La friction part ensuite. Le post sur le contrôle latéral appelait le poids quelque chose qui se verse ; en no-gi, ce qui est versé n'a nulle part où se déposer. Les gens que tu ne pouvais pas bouger en gi glissent maintenant de toi, ce qui ressemble à un cadeau pendant exactement un round, jusqu'à ce que tu réalises que tu glisses d'eux aussi. Les positions de survie qui tenaient trente secondes dans le tissu tiennent cinq secondes.

Ce qui ne change pas

Tout ce qu'il y a dessous. La base est toujours la base, les frames sont toujours de l'os, le kuzushi décide toujours de quel côté tombent les corps, et la respiration à laquelle le post sur l'épuisement et celui sur la respiration ont consacré deux articles compte PLUS, parce que le rythme monte et que les pauses ont disparu. La fiche de poste en deux phrases du glossaire survit mot pour mot : passe, tiens, finis ; ou empêche-les de le faire.

C'était la surprise honnête. Je m'attendais à un autre sport et j'ai trouvé le même sport avec les noms retirés. Les concepts autour desquels ce site n'arrête pas de tourner sont exactement la partie qui voyage.
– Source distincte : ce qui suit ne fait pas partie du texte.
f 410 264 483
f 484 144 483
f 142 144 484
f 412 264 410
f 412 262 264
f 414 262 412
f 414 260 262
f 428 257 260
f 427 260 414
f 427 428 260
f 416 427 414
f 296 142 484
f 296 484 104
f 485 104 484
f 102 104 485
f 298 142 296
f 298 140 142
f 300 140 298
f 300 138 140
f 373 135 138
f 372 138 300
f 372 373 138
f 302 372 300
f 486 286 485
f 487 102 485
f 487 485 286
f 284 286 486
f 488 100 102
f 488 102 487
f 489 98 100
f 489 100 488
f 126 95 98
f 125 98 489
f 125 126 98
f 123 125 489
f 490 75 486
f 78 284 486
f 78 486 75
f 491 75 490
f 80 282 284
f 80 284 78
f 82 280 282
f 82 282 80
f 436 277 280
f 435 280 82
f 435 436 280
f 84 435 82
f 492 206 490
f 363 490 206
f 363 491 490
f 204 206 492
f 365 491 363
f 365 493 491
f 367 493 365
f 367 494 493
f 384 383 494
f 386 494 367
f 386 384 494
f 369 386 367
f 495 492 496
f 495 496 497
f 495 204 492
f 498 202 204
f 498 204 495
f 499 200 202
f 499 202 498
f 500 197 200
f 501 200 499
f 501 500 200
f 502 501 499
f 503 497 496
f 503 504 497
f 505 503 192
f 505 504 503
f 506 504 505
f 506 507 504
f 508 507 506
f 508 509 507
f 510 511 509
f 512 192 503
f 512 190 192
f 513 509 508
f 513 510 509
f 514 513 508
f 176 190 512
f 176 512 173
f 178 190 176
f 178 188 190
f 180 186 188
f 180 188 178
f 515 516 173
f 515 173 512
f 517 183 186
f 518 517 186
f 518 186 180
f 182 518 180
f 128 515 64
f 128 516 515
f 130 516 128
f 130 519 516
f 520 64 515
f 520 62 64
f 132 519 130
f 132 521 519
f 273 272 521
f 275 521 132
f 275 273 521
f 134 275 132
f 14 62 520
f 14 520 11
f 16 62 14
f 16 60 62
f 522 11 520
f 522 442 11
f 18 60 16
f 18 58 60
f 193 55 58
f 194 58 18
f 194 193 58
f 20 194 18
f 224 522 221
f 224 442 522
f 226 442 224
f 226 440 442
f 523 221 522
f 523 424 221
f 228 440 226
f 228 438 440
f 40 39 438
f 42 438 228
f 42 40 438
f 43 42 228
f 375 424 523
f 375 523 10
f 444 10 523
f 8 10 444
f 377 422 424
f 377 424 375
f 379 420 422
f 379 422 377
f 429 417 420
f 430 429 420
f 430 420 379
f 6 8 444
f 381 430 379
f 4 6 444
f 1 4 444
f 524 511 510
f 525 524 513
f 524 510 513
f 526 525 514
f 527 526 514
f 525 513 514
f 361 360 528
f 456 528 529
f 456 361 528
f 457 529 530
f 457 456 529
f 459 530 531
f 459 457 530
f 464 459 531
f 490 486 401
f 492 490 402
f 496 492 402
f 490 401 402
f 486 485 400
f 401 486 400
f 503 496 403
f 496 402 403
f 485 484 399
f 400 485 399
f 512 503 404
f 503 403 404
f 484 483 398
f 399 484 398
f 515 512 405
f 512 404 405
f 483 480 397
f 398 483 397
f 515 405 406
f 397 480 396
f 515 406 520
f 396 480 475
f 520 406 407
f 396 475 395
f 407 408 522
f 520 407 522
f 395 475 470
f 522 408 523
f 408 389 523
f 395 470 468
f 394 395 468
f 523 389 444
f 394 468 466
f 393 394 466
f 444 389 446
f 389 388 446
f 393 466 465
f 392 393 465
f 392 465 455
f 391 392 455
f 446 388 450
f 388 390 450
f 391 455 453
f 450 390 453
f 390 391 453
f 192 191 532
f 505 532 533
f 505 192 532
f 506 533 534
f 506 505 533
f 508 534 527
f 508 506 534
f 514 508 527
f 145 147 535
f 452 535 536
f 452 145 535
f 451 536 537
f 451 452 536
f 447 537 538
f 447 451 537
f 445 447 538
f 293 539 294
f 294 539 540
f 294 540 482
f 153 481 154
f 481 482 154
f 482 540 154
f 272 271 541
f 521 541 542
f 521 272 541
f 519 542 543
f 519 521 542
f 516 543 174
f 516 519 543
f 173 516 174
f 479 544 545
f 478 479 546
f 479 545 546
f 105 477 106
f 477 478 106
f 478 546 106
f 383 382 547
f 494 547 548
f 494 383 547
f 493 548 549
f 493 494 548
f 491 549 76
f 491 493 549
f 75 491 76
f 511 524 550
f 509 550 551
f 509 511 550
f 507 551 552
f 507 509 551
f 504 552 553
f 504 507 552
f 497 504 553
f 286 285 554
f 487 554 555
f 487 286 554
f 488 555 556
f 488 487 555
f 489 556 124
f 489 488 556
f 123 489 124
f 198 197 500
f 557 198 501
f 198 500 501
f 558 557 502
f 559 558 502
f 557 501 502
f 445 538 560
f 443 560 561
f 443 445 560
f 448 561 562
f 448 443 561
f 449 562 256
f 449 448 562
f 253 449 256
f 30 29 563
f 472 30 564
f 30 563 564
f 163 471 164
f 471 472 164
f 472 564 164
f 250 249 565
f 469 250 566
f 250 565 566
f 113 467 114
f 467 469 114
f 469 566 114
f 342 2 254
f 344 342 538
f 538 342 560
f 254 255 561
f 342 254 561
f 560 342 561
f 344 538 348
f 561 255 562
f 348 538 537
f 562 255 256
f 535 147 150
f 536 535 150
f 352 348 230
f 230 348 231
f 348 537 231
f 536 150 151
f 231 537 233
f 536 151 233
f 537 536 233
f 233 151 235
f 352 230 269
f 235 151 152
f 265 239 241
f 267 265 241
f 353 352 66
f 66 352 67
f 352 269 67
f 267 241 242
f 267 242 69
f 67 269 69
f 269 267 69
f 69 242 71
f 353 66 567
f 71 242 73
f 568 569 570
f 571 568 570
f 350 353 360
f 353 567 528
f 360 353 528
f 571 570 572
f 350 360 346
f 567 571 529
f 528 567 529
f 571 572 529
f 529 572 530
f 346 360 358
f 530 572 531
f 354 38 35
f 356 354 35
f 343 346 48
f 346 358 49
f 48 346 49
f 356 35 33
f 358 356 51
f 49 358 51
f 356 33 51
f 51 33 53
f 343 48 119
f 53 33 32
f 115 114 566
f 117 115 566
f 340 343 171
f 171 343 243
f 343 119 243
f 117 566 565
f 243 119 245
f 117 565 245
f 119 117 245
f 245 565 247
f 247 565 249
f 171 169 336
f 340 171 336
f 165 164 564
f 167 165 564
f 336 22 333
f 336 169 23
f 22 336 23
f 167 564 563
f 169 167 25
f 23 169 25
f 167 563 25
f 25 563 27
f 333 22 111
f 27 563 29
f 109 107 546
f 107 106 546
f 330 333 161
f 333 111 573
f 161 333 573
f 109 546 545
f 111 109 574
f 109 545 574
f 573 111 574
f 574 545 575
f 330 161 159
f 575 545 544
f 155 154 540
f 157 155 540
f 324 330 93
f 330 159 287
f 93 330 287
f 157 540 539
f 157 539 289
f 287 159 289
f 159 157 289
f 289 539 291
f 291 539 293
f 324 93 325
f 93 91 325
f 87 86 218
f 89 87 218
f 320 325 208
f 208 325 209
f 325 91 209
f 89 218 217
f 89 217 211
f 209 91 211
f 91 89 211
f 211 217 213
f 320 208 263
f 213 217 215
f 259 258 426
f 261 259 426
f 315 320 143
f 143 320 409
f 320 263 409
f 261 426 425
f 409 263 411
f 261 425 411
À quoi ressemble vraiment le round

Plus rapide, plus trempé, et plus indulgent d'une façon précise : quand tu es pris, tu es moins pris. Des sorties qui demandaient trois étapes parfaites en gi demandent parfois un seul haussement d'épaules honnête. Le revers, c'est que rien de ce que tu attaques ne reste attaqué non plus, donc les scrambles s'éternisent, et les leçons du post sur l'épuisement sur la gestion du rythme arrivent en moins de deux rounds, que tu les aies invitées ou non.

Les vétérans te diront que le no-gi punit l'attentisme et récompense le mouvement, et un soir a suffi pour le sentir : les gens qui avaient l'air les meilleurs n'étaient pas les plus forts, c'étaient ceux qui gardaient leurs hanches en mouvement et traitaient chaque prise perdue comme l'entrée suivante au lieu d'un échec.

Le verdict du débutant

Va au soir de no-gi même si tu te vois comme quelqu'un du gi, et surtout avant d'avoir assez de jeu pour avoir l'impression d'en perdre un. Rien ne se transplante plus vite que les concepts, et rien n'expose une habitude dépendante des prises avec plus de douceur qu'un sport où les prises n'ont jamais été à toi pour commencer. Apporte un rash guard et des attentes basses. Les poignées ne reviennent pas, et au bout d'un moment tu arrêtes de les chercher.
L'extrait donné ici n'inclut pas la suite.